I use a jig/scroll saw an 18 inch Craftsman for years and now a better Delta 24 inch which is much more accurate. These saws are great for sawing window cut out openings by drilling a pilot hole and insetting the jig saw coping blade in the hole. One can also use a hand held sabre jig saw.
My scratch built Round House and tunnel hiding building in the rear made with 1/8 inch Masonite and covered with brick paper - Plastic siding or paint could also be used to cover the Masonite
The windows were cut out with jig saw and are made from clear plastic sheeting from boxes lids from toys or other heavier clear plastic. The windows had panes sections made from black 1/16 inch auto pin striping on the inside.
My Dad made buildings from Masonite, for out childhood layout in the 1950s.
Charlie
Thanks guys for you reply. I like the idea of card stock were do you find the different designs??
This is my most recent building. It's a low relief building so construction details are slightly different. The walls are painted and scanned brick sheet. This is stored as a jpeg file so I import it into my document (I use Microsoft Word) and cropped and resized to fit. Windows and doors are a set of rectangles resized to create the different sized panes.

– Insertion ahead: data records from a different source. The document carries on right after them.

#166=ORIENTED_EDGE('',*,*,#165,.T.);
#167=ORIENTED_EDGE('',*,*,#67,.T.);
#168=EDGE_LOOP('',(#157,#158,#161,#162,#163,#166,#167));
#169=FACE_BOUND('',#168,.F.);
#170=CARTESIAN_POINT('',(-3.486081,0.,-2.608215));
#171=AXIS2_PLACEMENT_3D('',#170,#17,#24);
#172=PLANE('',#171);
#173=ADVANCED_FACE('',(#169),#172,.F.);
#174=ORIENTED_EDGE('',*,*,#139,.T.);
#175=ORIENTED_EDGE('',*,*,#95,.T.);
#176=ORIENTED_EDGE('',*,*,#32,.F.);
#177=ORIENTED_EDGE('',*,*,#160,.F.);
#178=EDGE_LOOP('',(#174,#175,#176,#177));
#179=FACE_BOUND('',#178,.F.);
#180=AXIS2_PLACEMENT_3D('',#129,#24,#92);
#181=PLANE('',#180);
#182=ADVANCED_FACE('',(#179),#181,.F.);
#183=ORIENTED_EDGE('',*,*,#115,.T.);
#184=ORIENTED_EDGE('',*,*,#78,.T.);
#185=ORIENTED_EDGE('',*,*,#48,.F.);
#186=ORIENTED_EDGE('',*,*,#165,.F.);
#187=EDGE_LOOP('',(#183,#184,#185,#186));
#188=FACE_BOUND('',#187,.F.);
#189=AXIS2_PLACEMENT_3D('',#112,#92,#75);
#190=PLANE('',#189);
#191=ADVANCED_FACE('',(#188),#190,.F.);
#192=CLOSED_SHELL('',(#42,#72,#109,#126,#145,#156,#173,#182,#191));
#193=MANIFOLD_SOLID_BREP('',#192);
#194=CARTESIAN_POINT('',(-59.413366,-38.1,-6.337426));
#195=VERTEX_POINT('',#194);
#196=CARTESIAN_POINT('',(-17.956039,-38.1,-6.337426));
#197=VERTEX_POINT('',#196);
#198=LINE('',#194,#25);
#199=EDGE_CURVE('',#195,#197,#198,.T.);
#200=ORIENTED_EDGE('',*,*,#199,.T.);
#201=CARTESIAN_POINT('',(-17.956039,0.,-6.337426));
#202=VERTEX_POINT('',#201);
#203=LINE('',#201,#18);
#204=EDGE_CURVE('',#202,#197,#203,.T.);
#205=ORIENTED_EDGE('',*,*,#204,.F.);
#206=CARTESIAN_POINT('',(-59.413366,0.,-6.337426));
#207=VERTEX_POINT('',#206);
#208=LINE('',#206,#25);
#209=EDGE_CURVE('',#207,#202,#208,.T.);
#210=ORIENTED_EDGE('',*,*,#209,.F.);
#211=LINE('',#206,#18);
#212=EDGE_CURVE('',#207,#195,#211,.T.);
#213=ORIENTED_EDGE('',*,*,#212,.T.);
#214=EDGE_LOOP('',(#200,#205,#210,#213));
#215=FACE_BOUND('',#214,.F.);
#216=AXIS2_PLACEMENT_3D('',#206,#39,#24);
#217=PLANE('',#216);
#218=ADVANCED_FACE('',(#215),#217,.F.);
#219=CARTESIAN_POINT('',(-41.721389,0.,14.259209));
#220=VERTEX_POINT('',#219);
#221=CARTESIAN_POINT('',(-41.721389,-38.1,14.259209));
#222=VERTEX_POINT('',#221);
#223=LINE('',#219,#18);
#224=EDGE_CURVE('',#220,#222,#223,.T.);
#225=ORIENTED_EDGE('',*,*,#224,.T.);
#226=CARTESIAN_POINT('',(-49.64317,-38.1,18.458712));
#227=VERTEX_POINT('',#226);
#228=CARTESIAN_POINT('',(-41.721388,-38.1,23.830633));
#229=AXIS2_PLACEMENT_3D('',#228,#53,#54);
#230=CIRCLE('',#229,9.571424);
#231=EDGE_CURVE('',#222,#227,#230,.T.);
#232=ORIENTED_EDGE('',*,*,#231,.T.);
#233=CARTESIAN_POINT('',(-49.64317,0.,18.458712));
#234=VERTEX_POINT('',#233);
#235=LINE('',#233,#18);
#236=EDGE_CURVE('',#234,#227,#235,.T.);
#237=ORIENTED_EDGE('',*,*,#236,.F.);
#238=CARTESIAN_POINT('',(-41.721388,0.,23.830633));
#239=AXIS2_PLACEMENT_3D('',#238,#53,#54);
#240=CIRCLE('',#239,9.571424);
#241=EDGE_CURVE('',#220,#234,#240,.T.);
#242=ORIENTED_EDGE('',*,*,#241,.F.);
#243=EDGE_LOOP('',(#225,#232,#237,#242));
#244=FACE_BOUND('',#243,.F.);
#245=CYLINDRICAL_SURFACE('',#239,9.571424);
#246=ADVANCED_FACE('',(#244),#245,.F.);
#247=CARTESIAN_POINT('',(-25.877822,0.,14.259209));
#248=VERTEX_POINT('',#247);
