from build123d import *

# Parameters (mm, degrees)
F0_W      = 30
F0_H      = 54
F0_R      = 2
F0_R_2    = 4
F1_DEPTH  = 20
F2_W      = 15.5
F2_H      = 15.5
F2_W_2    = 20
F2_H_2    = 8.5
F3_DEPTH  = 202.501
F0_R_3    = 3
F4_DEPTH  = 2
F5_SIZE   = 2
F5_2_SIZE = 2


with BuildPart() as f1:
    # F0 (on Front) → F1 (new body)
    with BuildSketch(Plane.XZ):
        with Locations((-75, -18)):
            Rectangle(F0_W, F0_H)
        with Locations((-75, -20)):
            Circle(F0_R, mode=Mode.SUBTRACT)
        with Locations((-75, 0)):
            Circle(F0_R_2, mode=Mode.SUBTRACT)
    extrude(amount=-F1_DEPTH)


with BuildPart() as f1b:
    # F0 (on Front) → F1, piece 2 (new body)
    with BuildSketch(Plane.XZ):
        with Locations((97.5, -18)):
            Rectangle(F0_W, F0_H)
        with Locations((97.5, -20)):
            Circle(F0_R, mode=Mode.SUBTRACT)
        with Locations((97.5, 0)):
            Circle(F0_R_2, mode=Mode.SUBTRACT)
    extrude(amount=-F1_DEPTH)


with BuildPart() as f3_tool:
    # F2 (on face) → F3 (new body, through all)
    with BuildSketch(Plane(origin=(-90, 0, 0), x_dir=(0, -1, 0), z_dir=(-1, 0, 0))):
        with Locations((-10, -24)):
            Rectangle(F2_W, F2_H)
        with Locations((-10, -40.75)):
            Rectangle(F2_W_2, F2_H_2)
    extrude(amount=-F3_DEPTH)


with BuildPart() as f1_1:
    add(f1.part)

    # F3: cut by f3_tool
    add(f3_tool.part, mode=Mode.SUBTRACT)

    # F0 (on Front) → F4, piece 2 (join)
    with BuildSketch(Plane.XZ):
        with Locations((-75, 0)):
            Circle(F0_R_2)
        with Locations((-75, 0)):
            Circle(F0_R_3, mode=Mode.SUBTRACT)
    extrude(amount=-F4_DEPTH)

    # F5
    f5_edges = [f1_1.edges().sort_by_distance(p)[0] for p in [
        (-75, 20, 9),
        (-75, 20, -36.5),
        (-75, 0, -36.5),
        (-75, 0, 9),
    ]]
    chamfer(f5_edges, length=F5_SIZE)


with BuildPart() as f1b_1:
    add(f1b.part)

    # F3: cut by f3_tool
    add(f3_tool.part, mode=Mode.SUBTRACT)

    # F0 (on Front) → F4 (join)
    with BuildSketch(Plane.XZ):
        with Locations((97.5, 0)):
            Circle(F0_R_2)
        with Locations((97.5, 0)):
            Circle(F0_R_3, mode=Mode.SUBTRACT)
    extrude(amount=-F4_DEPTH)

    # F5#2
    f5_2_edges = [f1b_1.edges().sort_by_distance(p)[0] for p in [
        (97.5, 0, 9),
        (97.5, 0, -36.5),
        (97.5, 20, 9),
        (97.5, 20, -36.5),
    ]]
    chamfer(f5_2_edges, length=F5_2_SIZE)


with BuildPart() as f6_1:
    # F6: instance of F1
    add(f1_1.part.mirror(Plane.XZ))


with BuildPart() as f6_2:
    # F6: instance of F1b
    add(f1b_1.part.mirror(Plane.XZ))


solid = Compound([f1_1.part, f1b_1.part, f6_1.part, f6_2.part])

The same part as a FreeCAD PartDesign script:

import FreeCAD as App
import Part
import Sketcher

V = App.Vector
Q = App.Units.Quantity


def edges_at(feature, points):
    """Names of the edges that pass closest to the given points."""
    edges = feature.Shape.Edges
    near = lambda p: min(range(len(edges)), key=lambda i: edges[i].distToShape(Part.Vertex(*p))[0])
    return sorted({f"Edge{near(p) + 1}" for p in points})


def add_polygon(sketch, points):
    """Adds a closed chain of lines whose ends are joined by coincident constraints."""
    first, n = sketch.GeometryCount, len(points)
    for a, b in zip(points, points[1:] + points[:1]):
        sketch.addGeometry(Part.LineSegment(App.Vector(*a, 0), App.Vector(*b, 0)), False)
    for i in range(n):
        sketch.addConstraint(Sketcher.Constraint("Coincident", first + i, 2, first + (i + 1) % n, 1))

doc = App.newDocument("Part")
params = doc.addObject("Spreadsheet::Sheet", "Params")
for row, (alias, value) in enumerate([
    ("sketch1_diameter", "4 mm"),
    ("sketch1_diameter2", "8 mm"),
    ("sketch1_width", "30 mm"),
    ("sketch1_height", "54 mm"),
    ("pad1_length", "20 mm"),
    ("sketch2_diameter", "4 mm"),
    ("sketch2_diameter2", "8 mm"),
    ("sketch2_width", "30 mm"),
    ("sketch2_height", "54 mm"),
    ("pad2_length", "20 mm"),
    ("sketch3_width", "20 mm"),
    ("sketch3_width2", "15.5 mm"),
    ("sketch3_height", "8.5 mm"),
    ("pad3_length", "202.501 mm"),
    ("sketch4_diameter", "8 mm"),
    ("sketch4_diameter2", "6 mm"),
    ("pad4_length", "2 mm"),
    ("chamfer_size", "2 mm"),
    ("sketch5_diameter", "8 mm"),
    ("sketch5_diameter2", "6 mm"),
    ("pad5_length", "2 mm"),
    ("chamfer2_size", "2 mm"),
], start=1):
    params.set(f"A{row}", alias)
    params.set(f"B{row}", "=" + value)
    params.setAlias(f"B{row}", alias)

body = doc.addObject("PartDesign::Body", "Body")

sketch1 = doc.addObject("Sketcher::SketchObject", "Sketch")
body.addObject(sketch1)
sketch1.AttachmentSupport = (doc.XZ_Plane, [""])
sketch1.MapMode = "FlatFace"
add_polygon(sketch1, [(-90, 9), (-90, -45), (-60, -45), (-60, 9)])
sketch1.addGeometry(Part.Circle(V(-75, -20, 0), V(0, 0, 1), 2), False)
sketch1.addGeometry(Part.Circle(V(-75, 0, 0), V(0, 0, 1), 4), False)
sketch1.addConstraint(Sketcher.Constraint("Vertical", 0))
sketch1.addConstraint(Sketcher.Constraint("Horizontal", 1))
sketch1.addConstraint(Sketcher.Constraint("Vertical", 2))
sketch1.addConstraint(Sketcher.Constraint("Horizontal", 3))
sketch1.addConstraint(Sketcher.Constraint("PointOnObject", 5, 3, -1))
sketch1.addConstraint(Sketcher.Constraint("Vertical", 4, 3, 5, 3))
sketch1.addConstraint(Sketcher.Constraint("Diameter", 4, Q("4 mm")))
sketch1.addConstraint(Sketcher.Constraint("Diameter", 5, Q("8 mm")))
sketch1.addConstraint(Sketcher.Constraint("DistanceX", 1, 1, 1, 2, Q("30 mm")))
sketch1.addConstraint(Sketcher.Constraint("DistanceY", 0, 2, 0, 1, Q("54 mm")))
sketch1.addConstraint(Sketcher.Constraint("DistanceX", 4, 3, -1, 1, Q("75 mm")))
sketch1.addConstraint(Sketcher.Constraint("DistanceY", 4, 3, -1, 1, Q("20 mm")))
sketch1.addConstraint(Sketcher.Constraint("DistanceX", 0, 2, -1, 1, Q("90 mm")))
sketch1.addConstraint(Sketcher.Constraint("DistanceY", 0, 2, -1, 1, Q("45 mm")))
sketch1.setExpression("Constraints[10]", "Params.sketch1_diameter")
sketch1.setExpression("Constraints[11]", "Params.sketch1_diameter2")
sketch1.setExpression("Constraints[12]", "Params.sketch1_width")
sketch1.setExpression("Constraints[13]", "Params.sketch1_height")
pad1 = doc.addObject("PartDesign::Pad", "Pad")
body.addObject(pad1)
pad1.Profile = sketch1
pad1.setExpression("Length", "Params.pad1_length")
pad1.Reversed = True
body2 = doc.addObject("PartDesign::Body", "Body001")

sketch2 = doc.addObject("Sketcher::SketchObject", "Sketch001")
body2.addObject(sketch2)
sketch2.AttachmentSupport = (doc.getObject("XZ_Plane001"), [""])
sketch2.MapMode = "FlatFace"
add_polygon(sketch2, [(82.5, 9), (82.5, -45), (112.5, -45), (112.5, 9)])
sketch2.addGeometry(Part.Circle(V(97.5, -20, 0), V(0, 0, 1), 2), False)
sketch2.addGeometry(Part.Circle(V(97.5, 0, 0), V(0, 0, 1), 4), False)
sketch2.addConstraint(Sketcher.Constraint("Vertical", 0))
sketch2.addConstraint(Sketcher.Constraint("Horizontal", 1))
sketch2.addConstraint(Sketcher.Constraint("Vertical", 2))
sketch2.addConstraint(Sketcher.Constraint("Horizontal", 3))
sketch2.addConstraint(Sketcher.Constraint("PointOnObject", 5, 3, -1))
sketch2.addConstraint(Sketcher.Constraint("Vertical", 4, 3, 5, 3))
sketch2.addConstraint(Sketcher.Constraint("Diameter", 4, Q("4 mm")))
sketch2.addConstraint(Sketcher.Constraint("Diameter", 5, Q("8 mm")))
sketch2.addConstraint(Sketcher.Constraint("DistanceX", 1, 1, 1, 2, Q("30 mm")))
sketch2.addConstraint(Sketcher.Constraint("DistanceY", 0, 2, 0, 1, Q("54 mm")))
sketch2.addConstraint(Sketcher.Constraint("DistanceY", 4, 3, -1, 1, Q("20 mm")))
sketch2.addConstraint(Sketcher.Constraint("DistanceY", 0, 2, -1, 1, Q("45 mm")))
sketch2.addConstraint(Sketcher.Constraint("DistanceX", 0, 2, 4, 3, Q("15 mm")))
sketch2.addConstraint(Sketcher.Constraint("DistanceX", -1, 1, 4, 3, Q("97.5 mm")))
sketch2.setExpression("Constraints[10]", "Params.sketch2_diameter")
sketch2.setExpression("Constraints[11]", "Params.sketch2_diameter2")
sketch2.setExpression("Constraints[12]", "Params.sketch2_width")
sketch2.setExpression("Constraints[13]", "Params.sketch2_height")
pad2 = doc.addObject("PartDesign::Pad", "Pad001")
body2.addObject(pad2)
pad2.Profile = sketch2
pad2.setExpression("Length", "Params.pad2_length")
pad2.Reversed = True
body3 = doc.addObject("PartDesign::Body", "Body002")
body3.AllowCompound = True

sketch3 = doc.addObject("Sketcher::SketchObject", "Sketch002")
body3.addObject(sketch3)
sketch3.AttachmentSupport = (doc.getObject("YZ_Plane002"), [""])
sketch3.MapMode = "FlatFace"
sketch3.AttachmentOffset = App.Placement(V(0, 0, -90), App.Rotation())
add_polygon(sketch3, [(17.75, -16.25), (17.75, -31.75), (2.25, -31.75), (2.25, -16.25)])
add_polygon(sketch3, [(20, -36.5), (20, -45), (0, -45), (0, -36.5)])
sketch3.addConstraint(Sketcher.Constraint("Vertical", 0))
sketch3.addConstraint(Sketcher.Constraint("Horizontal", 1))
sketch3.addConstraint(Sketcher.Constraint("Vertical", 2))
sketch3.addConstraint(Sketcher.Constraint("Horizontal", 3))
sketch3.addConstraint(Sketcher.Constraint("Vertical", 4))
sketch3.addConstraint(Sketcher.Constraint("Horizontal", 5))
sketch3.addConstraint(Sketcher.Constraint("Vertical", 6))
sketch3.addConstraint(Sketcher.Constraint("Horizontal", 7))
sketch3.addConstraint(Sketcher.Constraint("PointOnObject", 5, 2, -2))
sketch3.addConstraint(Sketcher.Constraint("Equal", 3, 0))
sketch3.addConstraint(Sketcher.Constraint("DistanceX", 5, 2, 5, 1, Q("20 mm")))
sketch3.addConstraint(Sketcher.Constraint("DistanceX", 1, 2, 1, 1, Q("15.5 mm")))
sketch3.addConstraint(Sketcher.Constraint("DistanceY", 4, 2, 4, 1, Q("8.5 mm")))
sketch3.addConstraint(Sketcher.Constraint("DistanceY", 4, 2, -1, 1, Q("45 mm")))
sketch3.addConstraint(Sketcher.Constraint("DistanceX", -1, 1, 0, 2, Q("17.75 mm")))
sketch3.addConstraint(Sketcher.Constraint("DistanceY", 0, 2, -1, 1, Q("31.75 mm")))
sketch3.setExpression("Constraints[18]", "Params.sketch3_width")
sketch3.setExpression("Constraints[19]", "Params.sketch3_width2")
sketch3.setExpression("Constraints[20]", "Params.sketch3_height")
pad3 = doc.addObject("PartDesign::Pad", "Pad002")
body3.addObject(pad3)
pad3.Profile = sketch3
pad3.setExpression("Length", "Params.pad3_length")
doc.recompute()

body4 = doc.addObject("PartDesign::Body", "Body003")
body4.BaseFeature = body3
boolean = doc.addObject("PartDesign::Boolean", "Boolean")
body.addObject(boolean)
boolean.Type = "Cut"
boolean.addObjects([body4])
doc.recompute()

sketch4 = doc.addObject("Sketcher::SketchObject", "Sketch003")
body.addObject(sketch4)
sketch4.AttachmentSupport = (doc.XZ_Plane, [""])
sketch4.MapMode = "FlatFace"
sketch4.addGeometry(Part.Circle(V(-75, 0, 0), V(0, 0, 1), 4), False)
sketch4.addGeometry(Part.Circle(V(-75, 0, 0), V(0, 0, 1), 3), False)
sketch4.addConstraint(Sketcher.Constraint("Coincident", 1, 3, 0, 3))
sketch4.addConstraint(Sketcher.Constraint("PointOnObject", 0, 3, -1))
sketch4.addConstraint(Sketcher.Constraint("Diameter", 0, Q("8 mm")))
sketch4.addConstraint(Sketcher.Constraint("Diameter", 1, Q("6 mm")))
sketch4.addConstraint(Sketcher.Constraint("DistanceX", 0, 3, -1, 1, Q("75 mm")))
sketch4.setExpression("Constraints[2]", "Params.sketch4_diameter")
sketch4.setExpression("Constraints[3]", "Params.sketch4_diameter2")
pad4 = doc.addObject("PartDesign::Pad", "Pad003")
body.addObject(pad4)
pad4.Profile = sketch4
pad4.setExpression("Length", "Params.pad4_length")
pad4.Reversed = True
doc.recompute()

chamfer = doc.addObject("PartDesign::Chamfer", "Chamfer")
body.addObject(chamfer)
chamfer.Base = (pad4, edges_at(pad4, [
    (-75, 20, 9),
    (-75, 20, -36.5),
    (-75, 0, -36.5),
    (-75, 0, 9),
]))
chamfer.setExpression("Size", "Params.chamfer_size")
doc.recompute()

boolean2 = doc.addObject("PartDesign::Boolean", "Boolean001")
body2.addObject(boolean2)
boolean2.Type = "Cut"
boolean2.addObjects([body3])

sketch5 = doc.addObject("Sketcher::SketchObject", "Sketch004")
body2.addObject(sketch5)
sketch5.AttachmentSupport = (doc.getObject("XZ_Plane001"), [""])
sketch5.MapMode = "FlatFace"
sketch5.addGeometry(Part.Circle(V(97.5, 0, 0), V(0, 0, 1), 4), False)
sketch5.addGeometry(Part.Circle(V(97.5, 0, 0), V(0, 0, 1), 3), False)
sketch5.addConstraint(Sketcher.Constraint("Coincident", 1, 3, 0, 3))
sketch5.addConstraint(Sketcher.Constraint("PointOnObject", 0, 3, -1))
sketch5.addConstraint(Sketcher.Constraint("Diameter", 0, Q("8 mm")))
sketch5.addConstraint(Sketcher.Constraint("Diameter", 1, Q("6 mm")))
sketch5.addConstraint(Sketcher.Constraint("DistanceX", -1, 1, 0, 3, Q("97.5 mm")))
sketch5.setExpression("Constraints[2]", "Params.sketch5_diameter")
sketch5.setExpression("Constraints[3]", "Params.sketch5_diameter2")
pad5 = doc.addObject("PartDesign::Pad", "Pad004")
body2.addObject(pad5)
pad5.Profile = sketch5
pad5.setExpression("Length", "Params.pad5_length")
pad5.Reversed = True
doc.recompute()

chamfer2 = doc.addObject("PartDesign::Chamfer", "Chamfer001")
body2.addObject(chamfer2)
chamfer2.Base = (pad5, edges_at(pad5, [
    (97.5, 0, 9),
    (97.5, 0, -36.5),
    (97.5, 20, 9),
    (97.5, 20, -36.5),
]))
chamfer2.setExpression("Size", "Params.chamfer2_size")
body5 = doc.addObject("PartDesign::Body", "Body004")
doc.recompute()

mirroring = doc.addObject("Part::Mirroring", "Mirroring")
mirroring.Source = body
mirroring.Base = V(0, 0, 0)
mirroring.Normal = V(0, -1, 0)
body5.BaseFeature = mirroring
doc.recompute()
body6 = doc.addObject("PartDesign::Body", "Body005")
doc.recompute()

mirroring2 = doc.addObject("Part::Mirroring", "Mirroring001")
mirroring2.Source = body2
mirroring2.Base = V(0, 0, 0)
mirroring2.Normal = V(0, -1, 0)
body6.BaseFeature = mirroring2
doc.recompute()
mirroring.Visibility = False
mirroring2.Visibility = False

doc.recompute()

I print two copies of each panel (I have several panels to make the building manageable). I cut out the windows on one panel and laminate the two panels. This gives me some depth. All 3 panels are laminated to a piece of foam core. The cornice is a set of stacked rectangles. I add brick and cornice material to the ends of the foam core. The crosses (this is a Catholic school) are from Hobby Lobby. The completed building is mounted to the wall with double sided foam tape.